Provided data:
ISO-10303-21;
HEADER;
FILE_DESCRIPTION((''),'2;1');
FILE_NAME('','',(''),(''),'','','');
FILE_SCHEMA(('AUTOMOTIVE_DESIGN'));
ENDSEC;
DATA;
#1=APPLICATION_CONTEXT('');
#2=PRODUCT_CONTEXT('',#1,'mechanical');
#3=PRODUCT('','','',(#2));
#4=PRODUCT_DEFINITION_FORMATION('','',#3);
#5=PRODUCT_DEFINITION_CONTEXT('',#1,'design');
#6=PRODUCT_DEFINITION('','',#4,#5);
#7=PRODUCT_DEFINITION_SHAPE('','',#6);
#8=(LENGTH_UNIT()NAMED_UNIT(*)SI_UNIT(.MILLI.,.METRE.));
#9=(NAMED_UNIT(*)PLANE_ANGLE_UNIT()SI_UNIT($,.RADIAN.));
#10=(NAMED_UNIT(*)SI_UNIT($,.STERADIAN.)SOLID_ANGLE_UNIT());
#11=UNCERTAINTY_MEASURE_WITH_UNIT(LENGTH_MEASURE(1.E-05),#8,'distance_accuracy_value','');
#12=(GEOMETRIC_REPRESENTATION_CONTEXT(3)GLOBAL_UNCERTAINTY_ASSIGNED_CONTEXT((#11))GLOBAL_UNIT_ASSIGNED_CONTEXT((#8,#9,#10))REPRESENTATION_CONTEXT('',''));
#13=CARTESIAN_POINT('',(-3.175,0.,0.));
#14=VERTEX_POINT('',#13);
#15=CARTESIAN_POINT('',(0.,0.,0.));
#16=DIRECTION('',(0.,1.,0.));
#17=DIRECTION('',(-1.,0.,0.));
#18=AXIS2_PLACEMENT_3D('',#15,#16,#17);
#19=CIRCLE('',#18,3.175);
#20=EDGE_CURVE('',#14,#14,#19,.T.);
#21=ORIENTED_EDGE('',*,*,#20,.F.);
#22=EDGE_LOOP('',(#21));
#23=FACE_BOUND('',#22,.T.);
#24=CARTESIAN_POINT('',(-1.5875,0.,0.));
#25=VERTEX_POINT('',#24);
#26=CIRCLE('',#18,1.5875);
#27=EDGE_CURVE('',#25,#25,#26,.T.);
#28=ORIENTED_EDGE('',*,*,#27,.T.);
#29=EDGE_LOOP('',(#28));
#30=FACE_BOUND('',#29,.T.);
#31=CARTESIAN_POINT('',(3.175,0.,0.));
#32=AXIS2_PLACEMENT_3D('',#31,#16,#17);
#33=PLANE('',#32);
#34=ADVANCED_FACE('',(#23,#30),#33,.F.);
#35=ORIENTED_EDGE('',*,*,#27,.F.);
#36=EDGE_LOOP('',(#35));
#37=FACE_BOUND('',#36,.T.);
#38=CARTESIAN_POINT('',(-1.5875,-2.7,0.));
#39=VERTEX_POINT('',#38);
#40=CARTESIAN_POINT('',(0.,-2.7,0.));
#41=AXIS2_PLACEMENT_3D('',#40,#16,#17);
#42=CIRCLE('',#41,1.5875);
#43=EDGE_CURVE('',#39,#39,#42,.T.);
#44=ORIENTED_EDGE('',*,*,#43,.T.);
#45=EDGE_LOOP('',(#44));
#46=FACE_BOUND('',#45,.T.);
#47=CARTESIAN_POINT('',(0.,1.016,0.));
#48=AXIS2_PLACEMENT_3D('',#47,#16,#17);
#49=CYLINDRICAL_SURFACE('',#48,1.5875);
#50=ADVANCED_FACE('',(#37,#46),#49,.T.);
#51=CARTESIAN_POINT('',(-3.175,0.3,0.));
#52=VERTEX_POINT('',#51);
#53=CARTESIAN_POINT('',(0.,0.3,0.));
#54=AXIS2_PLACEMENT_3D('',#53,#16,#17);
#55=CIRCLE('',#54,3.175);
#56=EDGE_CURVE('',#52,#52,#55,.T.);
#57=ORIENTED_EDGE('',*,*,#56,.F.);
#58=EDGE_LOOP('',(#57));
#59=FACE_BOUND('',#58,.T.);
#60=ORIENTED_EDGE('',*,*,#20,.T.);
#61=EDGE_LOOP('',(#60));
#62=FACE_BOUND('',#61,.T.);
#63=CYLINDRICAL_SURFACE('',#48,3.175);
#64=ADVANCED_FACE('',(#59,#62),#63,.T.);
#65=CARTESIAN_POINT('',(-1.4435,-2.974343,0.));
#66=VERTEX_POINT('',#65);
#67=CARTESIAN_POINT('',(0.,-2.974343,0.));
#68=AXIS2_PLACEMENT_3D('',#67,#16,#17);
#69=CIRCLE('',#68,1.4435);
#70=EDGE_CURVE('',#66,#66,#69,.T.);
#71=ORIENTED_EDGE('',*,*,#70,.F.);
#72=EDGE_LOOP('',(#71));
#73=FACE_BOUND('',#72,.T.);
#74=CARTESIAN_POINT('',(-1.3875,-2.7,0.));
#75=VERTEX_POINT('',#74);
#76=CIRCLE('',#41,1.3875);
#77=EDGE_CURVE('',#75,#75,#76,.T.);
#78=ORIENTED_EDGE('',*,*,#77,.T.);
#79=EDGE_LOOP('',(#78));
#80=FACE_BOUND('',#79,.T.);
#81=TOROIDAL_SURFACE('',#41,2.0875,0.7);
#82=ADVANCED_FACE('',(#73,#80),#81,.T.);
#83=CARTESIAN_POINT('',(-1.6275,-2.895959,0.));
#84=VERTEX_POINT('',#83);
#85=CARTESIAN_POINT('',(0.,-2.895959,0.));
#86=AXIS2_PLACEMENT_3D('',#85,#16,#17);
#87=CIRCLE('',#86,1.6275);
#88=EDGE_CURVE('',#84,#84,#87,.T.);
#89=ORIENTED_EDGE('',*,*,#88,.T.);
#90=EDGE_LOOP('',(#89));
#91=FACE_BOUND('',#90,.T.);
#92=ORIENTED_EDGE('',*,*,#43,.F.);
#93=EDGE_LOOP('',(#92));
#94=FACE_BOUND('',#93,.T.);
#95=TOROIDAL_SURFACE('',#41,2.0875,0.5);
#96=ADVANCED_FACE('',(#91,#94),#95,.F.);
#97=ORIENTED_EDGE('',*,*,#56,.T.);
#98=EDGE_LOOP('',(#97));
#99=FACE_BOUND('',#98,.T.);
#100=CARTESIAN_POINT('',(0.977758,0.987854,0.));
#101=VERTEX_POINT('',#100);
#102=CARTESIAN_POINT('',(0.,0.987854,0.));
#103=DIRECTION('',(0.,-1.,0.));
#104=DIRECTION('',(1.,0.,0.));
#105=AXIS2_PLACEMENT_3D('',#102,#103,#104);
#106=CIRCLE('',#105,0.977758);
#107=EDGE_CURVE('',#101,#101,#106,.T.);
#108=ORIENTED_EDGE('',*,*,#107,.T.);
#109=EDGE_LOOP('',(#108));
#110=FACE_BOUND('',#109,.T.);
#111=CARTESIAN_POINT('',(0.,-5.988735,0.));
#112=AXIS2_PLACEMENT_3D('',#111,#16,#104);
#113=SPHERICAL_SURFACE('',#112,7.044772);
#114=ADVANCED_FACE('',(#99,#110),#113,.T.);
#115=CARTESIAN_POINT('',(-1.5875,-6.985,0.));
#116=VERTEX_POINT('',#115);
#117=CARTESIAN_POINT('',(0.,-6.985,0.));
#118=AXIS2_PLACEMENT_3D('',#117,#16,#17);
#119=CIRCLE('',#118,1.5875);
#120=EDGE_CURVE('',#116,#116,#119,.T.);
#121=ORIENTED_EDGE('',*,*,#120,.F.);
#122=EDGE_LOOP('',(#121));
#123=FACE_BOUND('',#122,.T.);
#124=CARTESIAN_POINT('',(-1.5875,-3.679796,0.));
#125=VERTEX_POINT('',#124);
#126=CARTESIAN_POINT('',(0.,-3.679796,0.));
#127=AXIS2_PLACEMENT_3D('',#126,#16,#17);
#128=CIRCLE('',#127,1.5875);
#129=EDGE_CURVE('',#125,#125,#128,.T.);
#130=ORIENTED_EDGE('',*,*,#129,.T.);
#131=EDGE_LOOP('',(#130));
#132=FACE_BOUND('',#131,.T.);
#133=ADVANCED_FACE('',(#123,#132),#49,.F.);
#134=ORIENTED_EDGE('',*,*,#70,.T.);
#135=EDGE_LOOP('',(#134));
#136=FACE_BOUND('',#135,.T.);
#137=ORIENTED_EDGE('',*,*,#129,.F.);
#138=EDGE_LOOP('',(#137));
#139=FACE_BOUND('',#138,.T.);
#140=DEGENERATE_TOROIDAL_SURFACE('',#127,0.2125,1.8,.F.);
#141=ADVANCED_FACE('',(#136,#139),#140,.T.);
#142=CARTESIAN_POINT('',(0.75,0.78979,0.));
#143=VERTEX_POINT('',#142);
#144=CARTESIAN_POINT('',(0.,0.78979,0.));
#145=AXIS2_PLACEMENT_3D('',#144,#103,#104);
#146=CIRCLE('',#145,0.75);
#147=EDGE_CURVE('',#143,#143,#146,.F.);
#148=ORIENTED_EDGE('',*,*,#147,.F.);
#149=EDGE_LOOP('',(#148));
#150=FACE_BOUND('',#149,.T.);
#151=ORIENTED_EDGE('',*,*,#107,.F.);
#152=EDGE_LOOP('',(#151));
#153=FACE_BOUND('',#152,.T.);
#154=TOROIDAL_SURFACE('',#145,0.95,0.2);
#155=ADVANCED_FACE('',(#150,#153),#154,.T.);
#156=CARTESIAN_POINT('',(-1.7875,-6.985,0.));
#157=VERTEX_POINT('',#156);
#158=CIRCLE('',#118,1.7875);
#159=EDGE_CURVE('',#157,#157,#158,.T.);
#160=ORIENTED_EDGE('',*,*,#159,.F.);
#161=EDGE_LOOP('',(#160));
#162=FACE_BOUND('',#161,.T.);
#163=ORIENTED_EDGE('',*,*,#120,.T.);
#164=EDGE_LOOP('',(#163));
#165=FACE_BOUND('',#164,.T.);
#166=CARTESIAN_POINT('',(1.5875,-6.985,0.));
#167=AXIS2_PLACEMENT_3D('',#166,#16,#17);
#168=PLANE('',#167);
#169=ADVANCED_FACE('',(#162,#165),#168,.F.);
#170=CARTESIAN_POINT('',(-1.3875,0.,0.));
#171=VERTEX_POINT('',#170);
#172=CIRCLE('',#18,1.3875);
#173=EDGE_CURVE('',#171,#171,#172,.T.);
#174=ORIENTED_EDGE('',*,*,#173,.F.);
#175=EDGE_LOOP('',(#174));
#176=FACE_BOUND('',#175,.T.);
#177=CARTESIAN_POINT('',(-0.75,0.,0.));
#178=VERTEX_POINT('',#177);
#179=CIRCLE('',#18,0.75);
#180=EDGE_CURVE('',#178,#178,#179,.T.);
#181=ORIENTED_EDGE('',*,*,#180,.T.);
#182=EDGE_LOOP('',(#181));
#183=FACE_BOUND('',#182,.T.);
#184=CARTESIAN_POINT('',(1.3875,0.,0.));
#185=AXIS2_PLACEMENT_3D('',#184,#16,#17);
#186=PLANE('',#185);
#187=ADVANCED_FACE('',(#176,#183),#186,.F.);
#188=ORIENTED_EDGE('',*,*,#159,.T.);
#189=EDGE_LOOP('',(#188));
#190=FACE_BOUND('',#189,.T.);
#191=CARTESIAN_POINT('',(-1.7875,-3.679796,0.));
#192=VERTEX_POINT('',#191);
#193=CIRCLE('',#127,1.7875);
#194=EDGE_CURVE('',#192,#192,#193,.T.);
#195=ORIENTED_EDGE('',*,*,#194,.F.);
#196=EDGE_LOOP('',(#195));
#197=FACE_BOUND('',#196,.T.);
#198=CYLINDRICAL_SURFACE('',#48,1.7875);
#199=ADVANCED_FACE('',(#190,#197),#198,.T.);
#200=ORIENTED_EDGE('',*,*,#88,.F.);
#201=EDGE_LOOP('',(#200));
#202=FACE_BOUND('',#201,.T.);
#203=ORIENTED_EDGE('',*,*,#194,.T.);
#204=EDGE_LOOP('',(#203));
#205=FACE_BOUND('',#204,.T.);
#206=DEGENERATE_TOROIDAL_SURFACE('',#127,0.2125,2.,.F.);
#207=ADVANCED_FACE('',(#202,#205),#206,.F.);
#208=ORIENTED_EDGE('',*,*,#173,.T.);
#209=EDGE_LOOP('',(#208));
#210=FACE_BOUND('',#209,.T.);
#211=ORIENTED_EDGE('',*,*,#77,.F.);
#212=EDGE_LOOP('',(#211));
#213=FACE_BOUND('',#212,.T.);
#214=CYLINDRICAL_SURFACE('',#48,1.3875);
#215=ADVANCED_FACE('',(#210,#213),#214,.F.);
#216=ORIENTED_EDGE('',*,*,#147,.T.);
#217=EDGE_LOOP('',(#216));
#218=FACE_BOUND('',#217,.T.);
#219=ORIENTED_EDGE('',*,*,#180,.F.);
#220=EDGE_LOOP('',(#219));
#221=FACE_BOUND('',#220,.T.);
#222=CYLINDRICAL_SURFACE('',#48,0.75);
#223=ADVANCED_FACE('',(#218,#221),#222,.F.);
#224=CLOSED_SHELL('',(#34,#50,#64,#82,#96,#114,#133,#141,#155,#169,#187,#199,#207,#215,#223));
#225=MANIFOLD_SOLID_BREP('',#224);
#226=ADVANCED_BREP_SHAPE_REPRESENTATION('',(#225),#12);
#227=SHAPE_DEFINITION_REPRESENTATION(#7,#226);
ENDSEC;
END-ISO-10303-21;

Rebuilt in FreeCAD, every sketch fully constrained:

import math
import FreeCAD as App
import Part
import Sketcher


def edges_at(feature, points):
    """Names of the edges that pass closest to the given points."""
    edges = feature.Shape.Edges
    near = lambda p: min(range(len(edges)), key=lambda i: edges[i].distToShape(Part.Vertex(*p))[0])
    return sorted({f"Edge{near(p) + 1}" for p in points})

doc = App.newDocument("Part")
body = doc.addObject("PartDesign::Body", "Body")

sketch1 = body.newObject("Sketcher::SketchObject", "Sketch")
sketch1.AttachmentSupport = (doc.getObject("XY_Plane"), [""])
sketch1.MapMode = "FlatFace"
sketch1.addGeometry(Part.LineSegment(App.Vector(1.59, -3.68, 0), App.Vector(1.59, -6.99, 0)), False)
sketch1.addGeometry(Part.LineSegment(App.Vector(1.59, -6.99, 0), App.Vector(1.79, -6.99, 0)), False)
sketch1.addGeometry(Part.LineSegment(App.Vector(1.79, -6.99, 0), App.Vector(1.79, -3.68, 0)), False)
sketch1.addGeometry(Part.ArcOfCircle(Part.Circle(App.Vector(-0.21, -3.68, 0), App.Vector(0, 0, 1), 2), math.radians(0), math.radians(23)), False)
sketch1.addGeometry(Part.ArcOfCircle(Part.Circle(App.Vector(2.09, -2.7, 0), App.Vector(0, 0, 1), 0.5), math.radians(180), math.radians(203)), False)
sketch1.addGeometry(Part.LineSegment(App.Vector(1.59, -2.7, 0), App.Vector(1.59, 0, 0)), False)
sketch1.addGeometry(Part.LineSegment(App.Vector(1.59, 0, 0), App.Vector(3.17, 0, 0)), False)
sketch1.addGeometry(Part.LineSegment(App.Vector(3.17, 0, 0), App.Vector(3.17, 0.3, 0)), False)
sketch1.addGeometry(Part.ArcOfCircle(Part.Circle(App.Vector(0, -5.99, 0), App.Vector(0, 0, 1), 7.04), math.radians(63), math.radians(84)), False)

The task: Reproduce only this range: the first line of the data above through the line with "#9=(NAMED_UNIT(*)PLANE_ANGLE_UNIT()SI_UNIT($,.RADIAN.));", both included, exactly as written.

Expected answer:
ISO-10303-21;
HEADER;
FILE_DESCRIPTION((''),'2;1');
FILE_NAME('','',(''),(''),'','','');
FILE_SCHEMA(('AUTOMOTIVE_DESIGN'));
ENDSEC;
DATA;
#1=APPLICATION_CONTEXT('');
#2=PRODUCT_CONTEXT('',#1,'mechanical');
#3=PRODUCT('','','',(#2));
#4=PRODUCT_DEFINITION_FORMATION('','',#3);
#5=PRODUCT_DEFINITION_CONTEXT('',#1,'design');
#6=PRODUCT_DEFINITION('','',#4,#5);
#7=PRODUCT_DEFINITION_SHAPE('','',#6);
#8=(LENGTH_UNIT()NAMED_UNIT(*)SI_UNIT(.MILLI.,.METRE.));
#9=(NAMED_UNIT(*)PLANE_ANGLE_UNIT()SI_UNIT($,.RADIAN.));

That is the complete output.